Provided data -

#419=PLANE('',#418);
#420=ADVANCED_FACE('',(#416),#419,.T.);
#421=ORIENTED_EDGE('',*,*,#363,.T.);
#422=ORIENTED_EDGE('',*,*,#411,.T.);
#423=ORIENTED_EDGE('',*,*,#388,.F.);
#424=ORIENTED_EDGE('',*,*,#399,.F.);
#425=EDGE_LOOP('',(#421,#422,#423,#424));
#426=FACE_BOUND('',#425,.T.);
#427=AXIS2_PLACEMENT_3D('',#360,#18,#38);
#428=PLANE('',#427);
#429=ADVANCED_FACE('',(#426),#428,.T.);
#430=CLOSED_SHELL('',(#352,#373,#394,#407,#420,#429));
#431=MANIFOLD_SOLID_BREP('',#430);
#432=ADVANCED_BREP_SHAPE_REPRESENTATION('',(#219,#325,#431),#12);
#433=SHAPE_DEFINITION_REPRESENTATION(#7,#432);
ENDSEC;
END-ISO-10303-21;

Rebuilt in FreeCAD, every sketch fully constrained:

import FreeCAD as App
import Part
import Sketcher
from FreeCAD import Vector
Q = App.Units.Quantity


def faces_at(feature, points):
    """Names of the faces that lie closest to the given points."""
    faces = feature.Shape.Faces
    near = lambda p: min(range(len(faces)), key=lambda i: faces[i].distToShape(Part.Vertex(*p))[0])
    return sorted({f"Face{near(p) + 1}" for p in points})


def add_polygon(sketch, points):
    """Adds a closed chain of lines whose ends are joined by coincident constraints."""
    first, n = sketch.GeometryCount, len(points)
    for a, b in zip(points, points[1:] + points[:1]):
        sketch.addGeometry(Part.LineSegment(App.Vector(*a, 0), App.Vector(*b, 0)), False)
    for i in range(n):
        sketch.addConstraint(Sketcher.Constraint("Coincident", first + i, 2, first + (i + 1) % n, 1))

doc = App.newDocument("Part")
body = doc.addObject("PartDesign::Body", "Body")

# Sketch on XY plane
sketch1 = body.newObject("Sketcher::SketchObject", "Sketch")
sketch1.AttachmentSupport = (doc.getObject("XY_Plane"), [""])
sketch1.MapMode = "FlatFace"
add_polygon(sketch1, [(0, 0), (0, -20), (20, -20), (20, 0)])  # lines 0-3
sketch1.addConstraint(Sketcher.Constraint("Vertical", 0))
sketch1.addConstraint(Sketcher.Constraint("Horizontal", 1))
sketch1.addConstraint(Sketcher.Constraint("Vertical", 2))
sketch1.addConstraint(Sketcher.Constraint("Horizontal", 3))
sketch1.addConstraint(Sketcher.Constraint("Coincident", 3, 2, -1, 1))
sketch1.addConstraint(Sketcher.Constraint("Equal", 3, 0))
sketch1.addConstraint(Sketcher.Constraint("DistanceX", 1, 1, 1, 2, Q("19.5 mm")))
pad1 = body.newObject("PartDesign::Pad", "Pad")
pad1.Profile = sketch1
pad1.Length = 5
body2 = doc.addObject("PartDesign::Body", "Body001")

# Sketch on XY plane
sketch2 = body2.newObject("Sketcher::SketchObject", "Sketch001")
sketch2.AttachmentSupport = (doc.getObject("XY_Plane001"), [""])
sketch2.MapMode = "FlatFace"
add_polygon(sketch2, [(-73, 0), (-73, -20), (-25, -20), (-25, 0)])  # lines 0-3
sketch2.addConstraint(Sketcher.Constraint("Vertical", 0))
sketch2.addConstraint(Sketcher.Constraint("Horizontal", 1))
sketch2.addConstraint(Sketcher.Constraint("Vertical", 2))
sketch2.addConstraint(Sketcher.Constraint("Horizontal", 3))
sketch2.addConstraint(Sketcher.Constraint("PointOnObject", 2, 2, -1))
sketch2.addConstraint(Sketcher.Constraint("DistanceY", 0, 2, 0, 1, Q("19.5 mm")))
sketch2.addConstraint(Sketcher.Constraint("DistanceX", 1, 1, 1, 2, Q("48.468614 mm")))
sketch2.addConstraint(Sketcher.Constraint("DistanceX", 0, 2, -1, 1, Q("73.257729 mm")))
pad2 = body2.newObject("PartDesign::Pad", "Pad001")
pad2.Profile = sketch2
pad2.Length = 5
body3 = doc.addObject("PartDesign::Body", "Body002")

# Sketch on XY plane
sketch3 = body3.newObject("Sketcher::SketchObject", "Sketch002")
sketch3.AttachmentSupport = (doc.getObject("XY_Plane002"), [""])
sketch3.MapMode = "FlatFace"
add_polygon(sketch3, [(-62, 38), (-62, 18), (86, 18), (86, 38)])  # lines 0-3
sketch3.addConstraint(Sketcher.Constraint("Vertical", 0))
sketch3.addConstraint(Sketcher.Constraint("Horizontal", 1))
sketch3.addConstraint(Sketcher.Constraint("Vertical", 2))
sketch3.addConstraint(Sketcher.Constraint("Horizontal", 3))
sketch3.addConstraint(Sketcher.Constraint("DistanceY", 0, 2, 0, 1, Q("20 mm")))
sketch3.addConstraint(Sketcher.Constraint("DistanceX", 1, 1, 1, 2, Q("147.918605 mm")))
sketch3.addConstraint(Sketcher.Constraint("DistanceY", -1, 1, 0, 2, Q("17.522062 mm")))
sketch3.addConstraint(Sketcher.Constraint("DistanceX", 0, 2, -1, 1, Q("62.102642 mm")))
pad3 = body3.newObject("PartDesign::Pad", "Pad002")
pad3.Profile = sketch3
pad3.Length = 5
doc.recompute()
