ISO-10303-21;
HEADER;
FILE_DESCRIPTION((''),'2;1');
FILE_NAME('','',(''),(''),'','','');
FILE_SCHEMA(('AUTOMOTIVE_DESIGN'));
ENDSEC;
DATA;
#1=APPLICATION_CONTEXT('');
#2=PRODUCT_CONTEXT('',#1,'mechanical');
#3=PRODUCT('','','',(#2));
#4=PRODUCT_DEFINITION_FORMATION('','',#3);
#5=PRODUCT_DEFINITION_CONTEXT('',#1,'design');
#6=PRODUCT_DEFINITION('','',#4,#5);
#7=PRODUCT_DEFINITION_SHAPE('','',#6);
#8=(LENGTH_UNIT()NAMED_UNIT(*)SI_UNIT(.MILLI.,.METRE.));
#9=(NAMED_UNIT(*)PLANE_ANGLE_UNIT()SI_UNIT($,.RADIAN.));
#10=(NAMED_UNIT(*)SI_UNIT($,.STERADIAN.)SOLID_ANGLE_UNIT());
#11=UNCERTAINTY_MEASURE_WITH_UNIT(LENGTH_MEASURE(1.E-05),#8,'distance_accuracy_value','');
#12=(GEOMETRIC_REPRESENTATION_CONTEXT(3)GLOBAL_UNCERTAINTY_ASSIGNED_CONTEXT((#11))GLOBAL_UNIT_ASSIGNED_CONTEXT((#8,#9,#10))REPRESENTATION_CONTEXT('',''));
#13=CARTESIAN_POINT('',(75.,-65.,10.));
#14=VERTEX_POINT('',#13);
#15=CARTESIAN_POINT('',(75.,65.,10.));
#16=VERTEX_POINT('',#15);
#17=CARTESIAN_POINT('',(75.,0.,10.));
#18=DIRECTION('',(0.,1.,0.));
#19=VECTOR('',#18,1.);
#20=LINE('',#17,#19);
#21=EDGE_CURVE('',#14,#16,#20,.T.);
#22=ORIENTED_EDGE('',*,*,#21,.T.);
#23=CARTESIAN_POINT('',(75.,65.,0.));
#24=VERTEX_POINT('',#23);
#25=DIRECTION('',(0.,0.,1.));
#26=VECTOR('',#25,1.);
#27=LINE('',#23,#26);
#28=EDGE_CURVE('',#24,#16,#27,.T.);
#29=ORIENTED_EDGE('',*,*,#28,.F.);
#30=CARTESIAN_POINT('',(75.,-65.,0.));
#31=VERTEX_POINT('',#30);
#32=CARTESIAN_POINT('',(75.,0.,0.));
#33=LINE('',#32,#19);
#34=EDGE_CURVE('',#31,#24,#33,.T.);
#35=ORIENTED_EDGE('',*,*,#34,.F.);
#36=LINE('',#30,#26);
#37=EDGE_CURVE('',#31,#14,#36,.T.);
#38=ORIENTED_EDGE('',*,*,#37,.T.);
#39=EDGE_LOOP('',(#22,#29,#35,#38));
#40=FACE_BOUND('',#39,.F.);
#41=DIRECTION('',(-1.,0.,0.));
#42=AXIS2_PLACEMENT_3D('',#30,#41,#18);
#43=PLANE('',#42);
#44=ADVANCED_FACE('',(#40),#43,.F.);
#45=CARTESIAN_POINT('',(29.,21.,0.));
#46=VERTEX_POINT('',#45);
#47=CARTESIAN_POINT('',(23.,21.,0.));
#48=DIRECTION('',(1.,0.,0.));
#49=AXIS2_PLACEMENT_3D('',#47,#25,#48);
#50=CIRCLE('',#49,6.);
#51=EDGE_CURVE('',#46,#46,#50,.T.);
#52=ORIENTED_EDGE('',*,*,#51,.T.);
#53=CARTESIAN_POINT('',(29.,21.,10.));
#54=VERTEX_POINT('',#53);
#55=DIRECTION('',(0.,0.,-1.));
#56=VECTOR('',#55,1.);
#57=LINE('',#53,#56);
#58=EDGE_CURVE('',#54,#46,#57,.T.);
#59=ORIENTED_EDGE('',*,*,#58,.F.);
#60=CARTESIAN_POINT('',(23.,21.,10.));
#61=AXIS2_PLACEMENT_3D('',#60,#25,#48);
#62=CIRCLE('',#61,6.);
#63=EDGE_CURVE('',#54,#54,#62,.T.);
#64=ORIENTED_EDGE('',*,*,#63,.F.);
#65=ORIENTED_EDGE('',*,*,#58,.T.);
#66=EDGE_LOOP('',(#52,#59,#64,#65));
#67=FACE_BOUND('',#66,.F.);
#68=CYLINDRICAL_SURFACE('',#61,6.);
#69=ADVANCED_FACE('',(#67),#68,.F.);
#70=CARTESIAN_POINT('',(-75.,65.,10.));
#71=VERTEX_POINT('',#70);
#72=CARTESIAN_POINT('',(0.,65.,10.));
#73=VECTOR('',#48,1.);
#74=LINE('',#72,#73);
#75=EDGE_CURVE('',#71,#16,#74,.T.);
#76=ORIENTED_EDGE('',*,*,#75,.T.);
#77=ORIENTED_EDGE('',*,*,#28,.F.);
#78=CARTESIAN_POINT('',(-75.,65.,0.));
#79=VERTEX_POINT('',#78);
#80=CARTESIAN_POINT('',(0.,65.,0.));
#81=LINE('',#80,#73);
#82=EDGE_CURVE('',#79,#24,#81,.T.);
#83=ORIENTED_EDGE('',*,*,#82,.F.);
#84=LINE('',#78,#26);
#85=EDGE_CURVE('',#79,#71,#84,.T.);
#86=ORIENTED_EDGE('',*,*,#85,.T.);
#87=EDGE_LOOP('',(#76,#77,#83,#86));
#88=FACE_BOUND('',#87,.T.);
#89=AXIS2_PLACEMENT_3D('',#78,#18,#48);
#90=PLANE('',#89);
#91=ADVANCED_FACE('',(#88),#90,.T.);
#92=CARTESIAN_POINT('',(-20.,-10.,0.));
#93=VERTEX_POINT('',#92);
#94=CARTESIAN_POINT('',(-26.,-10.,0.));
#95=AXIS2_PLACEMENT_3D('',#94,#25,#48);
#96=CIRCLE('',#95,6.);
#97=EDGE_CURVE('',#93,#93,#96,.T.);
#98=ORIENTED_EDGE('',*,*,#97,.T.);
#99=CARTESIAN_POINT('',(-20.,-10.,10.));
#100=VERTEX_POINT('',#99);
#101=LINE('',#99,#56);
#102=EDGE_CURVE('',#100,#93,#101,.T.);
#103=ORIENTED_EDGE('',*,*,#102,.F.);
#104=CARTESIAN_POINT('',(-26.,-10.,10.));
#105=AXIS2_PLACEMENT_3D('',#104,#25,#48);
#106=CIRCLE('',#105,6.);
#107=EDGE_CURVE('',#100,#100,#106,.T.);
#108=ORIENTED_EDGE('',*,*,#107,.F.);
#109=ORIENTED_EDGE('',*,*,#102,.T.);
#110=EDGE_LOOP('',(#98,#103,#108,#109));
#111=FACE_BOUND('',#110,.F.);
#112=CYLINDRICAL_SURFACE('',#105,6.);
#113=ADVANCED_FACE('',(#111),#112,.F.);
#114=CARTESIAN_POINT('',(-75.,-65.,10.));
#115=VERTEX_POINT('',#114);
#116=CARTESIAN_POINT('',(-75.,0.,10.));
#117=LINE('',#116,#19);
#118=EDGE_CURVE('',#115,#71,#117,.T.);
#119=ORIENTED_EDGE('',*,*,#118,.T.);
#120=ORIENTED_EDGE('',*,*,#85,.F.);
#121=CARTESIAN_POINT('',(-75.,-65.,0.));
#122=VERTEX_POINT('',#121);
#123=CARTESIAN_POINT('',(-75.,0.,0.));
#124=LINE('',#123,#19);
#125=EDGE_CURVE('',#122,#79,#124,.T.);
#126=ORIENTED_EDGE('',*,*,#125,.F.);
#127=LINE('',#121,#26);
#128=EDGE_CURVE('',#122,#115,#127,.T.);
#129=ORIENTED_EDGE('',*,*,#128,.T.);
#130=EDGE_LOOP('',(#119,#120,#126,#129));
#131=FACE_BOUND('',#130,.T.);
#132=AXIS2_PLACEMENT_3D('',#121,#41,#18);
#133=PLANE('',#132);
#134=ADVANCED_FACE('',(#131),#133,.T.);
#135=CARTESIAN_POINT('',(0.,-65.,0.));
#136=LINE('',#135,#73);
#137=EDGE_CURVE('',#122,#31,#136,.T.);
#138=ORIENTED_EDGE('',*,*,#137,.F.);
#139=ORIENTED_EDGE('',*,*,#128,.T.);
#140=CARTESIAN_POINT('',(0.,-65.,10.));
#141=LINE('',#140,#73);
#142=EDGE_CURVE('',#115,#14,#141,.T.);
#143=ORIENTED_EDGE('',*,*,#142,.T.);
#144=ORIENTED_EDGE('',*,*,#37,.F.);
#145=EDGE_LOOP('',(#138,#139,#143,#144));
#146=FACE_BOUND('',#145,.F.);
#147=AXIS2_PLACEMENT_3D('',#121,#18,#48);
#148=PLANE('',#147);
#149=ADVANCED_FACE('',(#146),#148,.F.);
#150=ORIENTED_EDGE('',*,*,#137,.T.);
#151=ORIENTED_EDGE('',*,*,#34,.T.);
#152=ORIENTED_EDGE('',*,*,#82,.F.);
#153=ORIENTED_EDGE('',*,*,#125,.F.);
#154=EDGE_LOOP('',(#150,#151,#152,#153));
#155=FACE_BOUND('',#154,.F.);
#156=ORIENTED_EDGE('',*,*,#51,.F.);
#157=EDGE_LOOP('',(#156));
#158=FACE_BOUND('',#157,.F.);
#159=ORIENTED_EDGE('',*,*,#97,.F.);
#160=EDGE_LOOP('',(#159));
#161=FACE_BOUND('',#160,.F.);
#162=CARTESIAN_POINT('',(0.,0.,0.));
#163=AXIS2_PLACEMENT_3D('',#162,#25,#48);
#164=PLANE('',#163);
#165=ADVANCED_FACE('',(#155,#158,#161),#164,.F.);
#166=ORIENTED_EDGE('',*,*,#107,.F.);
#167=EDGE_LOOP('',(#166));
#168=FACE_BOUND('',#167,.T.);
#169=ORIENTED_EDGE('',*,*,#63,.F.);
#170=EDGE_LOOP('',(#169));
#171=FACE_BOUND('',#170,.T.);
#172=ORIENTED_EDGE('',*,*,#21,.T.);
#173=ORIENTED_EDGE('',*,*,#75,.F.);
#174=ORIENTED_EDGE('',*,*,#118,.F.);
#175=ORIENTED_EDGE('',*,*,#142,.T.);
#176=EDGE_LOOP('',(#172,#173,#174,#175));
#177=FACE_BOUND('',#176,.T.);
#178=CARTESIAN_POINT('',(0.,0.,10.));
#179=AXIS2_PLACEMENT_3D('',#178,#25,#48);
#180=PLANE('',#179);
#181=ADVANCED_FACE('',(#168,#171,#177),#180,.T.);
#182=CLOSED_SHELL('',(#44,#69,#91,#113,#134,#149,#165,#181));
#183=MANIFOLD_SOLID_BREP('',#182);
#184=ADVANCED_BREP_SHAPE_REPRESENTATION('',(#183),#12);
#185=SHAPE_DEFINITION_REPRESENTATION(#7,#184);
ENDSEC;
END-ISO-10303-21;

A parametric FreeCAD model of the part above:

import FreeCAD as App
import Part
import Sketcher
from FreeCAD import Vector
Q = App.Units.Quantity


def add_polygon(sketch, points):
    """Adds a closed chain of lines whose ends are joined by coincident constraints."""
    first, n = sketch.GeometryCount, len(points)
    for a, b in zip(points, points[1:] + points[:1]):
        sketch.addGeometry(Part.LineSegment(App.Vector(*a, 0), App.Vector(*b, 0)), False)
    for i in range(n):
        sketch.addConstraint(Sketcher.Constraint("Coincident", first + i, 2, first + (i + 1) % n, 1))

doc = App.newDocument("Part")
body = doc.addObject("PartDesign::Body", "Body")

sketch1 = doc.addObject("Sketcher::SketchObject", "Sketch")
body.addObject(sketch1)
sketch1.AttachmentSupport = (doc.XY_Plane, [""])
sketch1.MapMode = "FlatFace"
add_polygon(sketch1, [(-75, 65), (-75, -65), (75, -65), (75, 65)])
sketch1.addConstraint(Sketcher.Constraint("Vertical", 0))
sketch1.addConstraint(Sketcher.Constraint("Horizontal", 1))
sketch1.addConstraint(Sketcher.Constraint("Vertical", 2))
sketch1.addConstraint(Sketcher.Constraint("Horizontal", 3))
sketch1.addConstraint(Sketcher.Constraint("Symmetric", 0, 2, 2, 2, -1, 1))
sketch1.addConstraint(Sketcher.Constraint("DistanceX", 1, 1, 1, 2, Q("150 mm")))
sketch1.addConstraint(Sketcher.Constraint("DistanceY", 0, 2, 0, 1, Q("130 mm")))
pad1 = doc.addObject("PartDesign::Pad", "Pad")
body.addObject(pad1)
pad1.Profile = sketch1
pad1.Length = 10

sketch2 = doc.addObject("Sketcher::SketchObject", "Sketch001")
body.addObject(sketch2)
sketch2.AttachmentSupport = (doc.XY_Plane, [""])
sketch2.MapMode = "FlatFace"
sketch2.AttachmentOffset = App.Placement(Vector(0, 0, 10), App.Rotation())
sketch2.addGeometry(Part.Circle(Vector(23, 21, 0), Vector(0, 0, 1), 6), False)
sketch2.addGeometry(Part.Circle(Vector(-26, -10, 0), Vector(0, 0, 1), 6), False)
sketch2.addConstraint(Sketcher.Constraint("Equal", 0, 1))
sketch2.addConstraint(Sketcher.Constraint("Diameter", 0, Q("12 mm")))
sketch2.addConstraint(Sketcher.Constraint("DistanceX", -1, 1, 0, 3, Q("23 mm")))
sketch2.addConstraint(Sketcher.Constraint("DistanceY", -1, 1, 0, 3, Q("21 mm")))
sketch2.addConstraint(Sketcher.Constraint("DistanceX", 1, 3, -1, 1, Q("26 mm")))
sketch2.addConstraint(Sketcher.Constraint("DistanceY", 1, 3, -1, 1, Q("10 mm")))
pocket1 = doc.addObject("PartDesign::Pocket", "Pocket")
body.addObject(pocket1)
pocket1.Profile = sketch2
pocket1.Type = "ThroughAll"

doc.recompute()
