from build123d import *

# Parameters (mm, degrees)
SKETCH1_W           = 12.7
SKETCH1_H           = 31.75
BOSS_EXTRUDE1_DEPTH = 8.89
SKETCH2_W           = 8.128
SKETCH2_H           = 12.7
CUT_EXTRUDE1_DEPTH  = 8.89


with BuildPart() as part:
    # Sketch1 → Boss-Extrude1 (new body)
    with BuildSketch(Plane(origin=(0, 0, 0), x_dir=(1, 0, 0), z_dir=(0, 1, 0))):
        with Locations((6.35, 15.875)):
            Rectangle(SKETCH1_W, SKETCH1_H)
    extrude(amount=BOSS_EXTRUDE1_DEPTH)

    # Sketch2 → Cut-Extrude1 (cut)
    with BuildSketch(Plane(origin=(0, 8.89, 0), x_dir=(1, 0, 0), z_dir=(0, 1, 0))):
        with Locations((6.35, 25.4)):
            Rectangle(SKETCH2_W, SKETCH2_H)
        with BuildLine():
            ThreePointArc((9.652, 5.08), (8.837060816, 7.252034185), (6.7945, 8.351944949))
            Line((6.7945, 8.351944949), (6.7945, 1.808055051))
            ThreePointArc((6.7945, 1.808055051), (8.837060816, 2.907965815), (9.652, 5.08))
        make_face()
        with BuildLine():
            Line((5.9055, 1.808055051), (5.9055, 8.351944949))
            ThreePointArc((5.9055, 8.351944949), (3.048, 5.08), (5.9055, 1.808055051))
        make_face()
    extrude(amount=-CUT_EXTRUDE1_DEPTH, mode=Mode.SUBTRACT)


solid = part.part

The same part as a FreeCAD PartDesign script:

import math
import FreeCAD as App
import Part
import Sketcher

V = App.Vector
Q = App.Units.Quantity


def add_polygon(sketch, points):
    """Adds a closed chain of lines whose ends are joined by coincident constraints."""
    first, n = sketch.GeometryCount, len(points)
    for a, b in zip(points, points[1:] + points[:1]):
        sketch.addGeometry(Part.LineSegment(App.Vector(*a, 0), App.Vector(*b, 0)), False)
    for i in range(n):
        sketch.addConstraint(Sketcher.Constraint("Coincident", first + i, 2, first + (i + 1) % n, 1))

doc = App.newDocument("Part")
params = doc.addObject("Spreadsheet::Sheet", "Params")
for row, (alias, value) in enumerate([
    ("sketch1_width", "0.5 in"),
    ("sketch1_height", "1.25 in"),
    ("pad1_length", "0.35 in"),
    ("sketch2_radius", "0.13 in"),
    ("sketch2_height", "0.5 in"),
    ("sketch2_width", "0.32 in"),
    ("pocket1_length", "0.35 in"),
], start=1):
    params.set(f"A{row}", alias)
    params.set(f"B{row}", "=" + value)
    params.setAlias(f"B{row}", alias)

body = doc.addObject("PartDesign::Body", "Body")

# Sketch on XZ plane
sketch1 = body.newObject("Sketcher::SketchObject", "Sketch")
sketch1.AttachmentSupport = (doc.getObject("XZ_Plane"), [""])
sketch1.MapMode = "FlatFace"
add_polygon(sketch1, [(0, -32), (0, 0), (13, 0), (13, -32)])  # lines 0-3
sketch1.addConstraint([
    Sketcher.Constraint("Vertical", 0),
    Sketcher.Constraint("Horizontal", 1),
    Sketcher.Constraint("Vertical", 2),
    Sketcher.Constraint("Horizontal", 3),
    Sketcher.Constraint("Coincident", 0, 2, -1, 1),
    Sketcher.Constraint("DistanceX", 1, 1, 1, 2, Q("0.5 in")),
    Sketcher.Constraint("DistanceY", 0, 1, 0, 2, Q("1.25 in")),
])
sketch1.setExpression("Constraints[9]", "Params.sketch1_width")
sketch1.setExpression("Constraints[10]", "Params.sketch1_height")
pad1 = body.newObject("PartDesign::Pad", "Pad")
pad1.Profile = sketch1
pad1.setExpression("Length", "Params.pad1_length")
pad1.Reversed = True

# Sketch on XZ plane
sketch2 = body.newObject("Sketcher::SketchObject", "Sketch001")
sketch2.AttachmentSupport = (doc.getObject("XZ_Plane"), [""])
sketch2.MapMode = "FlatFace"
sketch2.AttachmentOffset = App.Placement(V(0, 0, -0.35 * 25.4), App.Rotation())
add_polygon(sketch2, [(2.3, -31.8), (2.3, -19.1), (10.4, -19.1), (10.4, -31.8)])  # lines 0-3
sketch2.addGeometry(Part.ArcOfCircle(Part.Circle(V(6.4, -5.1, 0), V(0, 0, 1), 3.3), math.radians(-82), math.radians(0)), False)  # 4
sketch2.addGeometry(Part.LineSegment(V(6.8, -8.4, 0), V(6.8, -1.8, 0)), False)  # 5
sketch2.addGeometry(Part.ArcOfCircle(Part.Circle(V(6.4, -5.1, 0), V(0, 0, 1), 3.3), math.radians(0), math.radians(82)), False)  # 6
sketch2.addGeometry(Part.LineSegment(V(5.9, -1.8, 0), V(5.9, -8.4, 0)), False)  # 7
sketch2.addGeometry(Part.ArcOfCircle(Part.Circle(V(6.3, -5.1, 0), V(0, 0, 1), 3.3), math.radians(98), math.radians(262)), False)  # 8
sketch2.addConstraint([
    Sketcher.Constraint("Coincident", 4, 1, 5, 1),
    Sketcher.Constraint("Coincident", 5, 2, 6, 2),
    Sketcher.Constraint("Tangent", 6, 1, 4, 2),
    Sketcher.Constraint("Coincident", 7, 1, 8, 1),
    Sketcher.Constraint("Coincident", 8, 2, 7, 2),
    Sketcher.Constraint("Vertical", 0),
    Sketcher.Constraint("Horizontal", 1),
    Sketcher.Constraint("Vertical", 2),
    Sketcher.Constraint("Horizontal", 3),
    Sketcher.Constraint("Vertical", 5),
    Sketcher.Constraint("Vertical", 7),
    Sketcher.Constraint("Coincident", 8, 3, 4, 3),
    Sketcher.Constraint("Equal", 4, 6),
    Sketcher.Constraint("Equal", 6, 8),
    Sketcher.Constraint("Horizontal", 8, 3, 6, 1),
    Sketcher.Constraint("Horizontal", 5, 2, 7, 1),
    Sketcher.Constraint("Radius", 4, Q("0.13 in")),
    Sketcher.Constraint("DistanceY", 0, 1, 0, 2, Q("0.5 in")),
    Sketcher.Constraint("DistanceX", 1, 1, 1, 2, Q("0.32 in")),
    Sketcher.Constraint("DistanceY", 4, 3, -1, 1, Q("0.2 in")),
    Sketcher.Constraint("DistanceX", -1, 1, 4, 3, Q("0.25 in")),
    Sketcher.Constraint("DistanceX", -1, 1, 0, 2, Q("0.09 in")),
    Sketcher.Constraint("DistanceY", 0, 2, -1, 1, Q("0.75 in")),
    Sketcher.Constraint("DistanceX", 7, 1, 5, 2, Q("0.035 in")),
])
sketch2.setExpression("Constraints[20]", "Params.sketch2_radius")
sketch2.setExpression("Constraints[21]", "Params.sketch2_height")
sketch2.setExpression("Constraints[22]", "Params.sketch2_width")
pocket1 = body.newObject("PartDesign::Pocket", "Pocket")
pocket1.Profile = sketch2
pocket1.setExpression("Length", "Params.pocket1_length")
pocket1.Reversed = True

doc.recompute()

The problem -
Give only the lines from the one holding "7.252034185), (6.7945, 8.351944949))" through the one holding "The same part", each restated exactly as it appears above.

Result for this task -
            ThreePointArc((9.652, 5.08), (8.837060816, 7.252034185), (6.7945, 8.351944949))
            Line((6.7945, 8.351944949), (6.7945, 1.808055051))
            ThreePointArc((6.7945, 1.808055051), (8.837060816, 2.907965815), (9.652, 5.08))
        make_face()
        with BuildLine():
            Line((5.9055, 1.808055051), (5.9055, 8.351944949))
            ThreePointArc((5.9055, 8.351944949), (3.048, 5.08), (5.9055, 1.808055051))
        make_face()
    extrude(amount=-CUT_EXTRUDE1_DEPTH, mode=Mode.SUBTRACT)


solid = part.part

The same part as a FreeCAD PartDesign script:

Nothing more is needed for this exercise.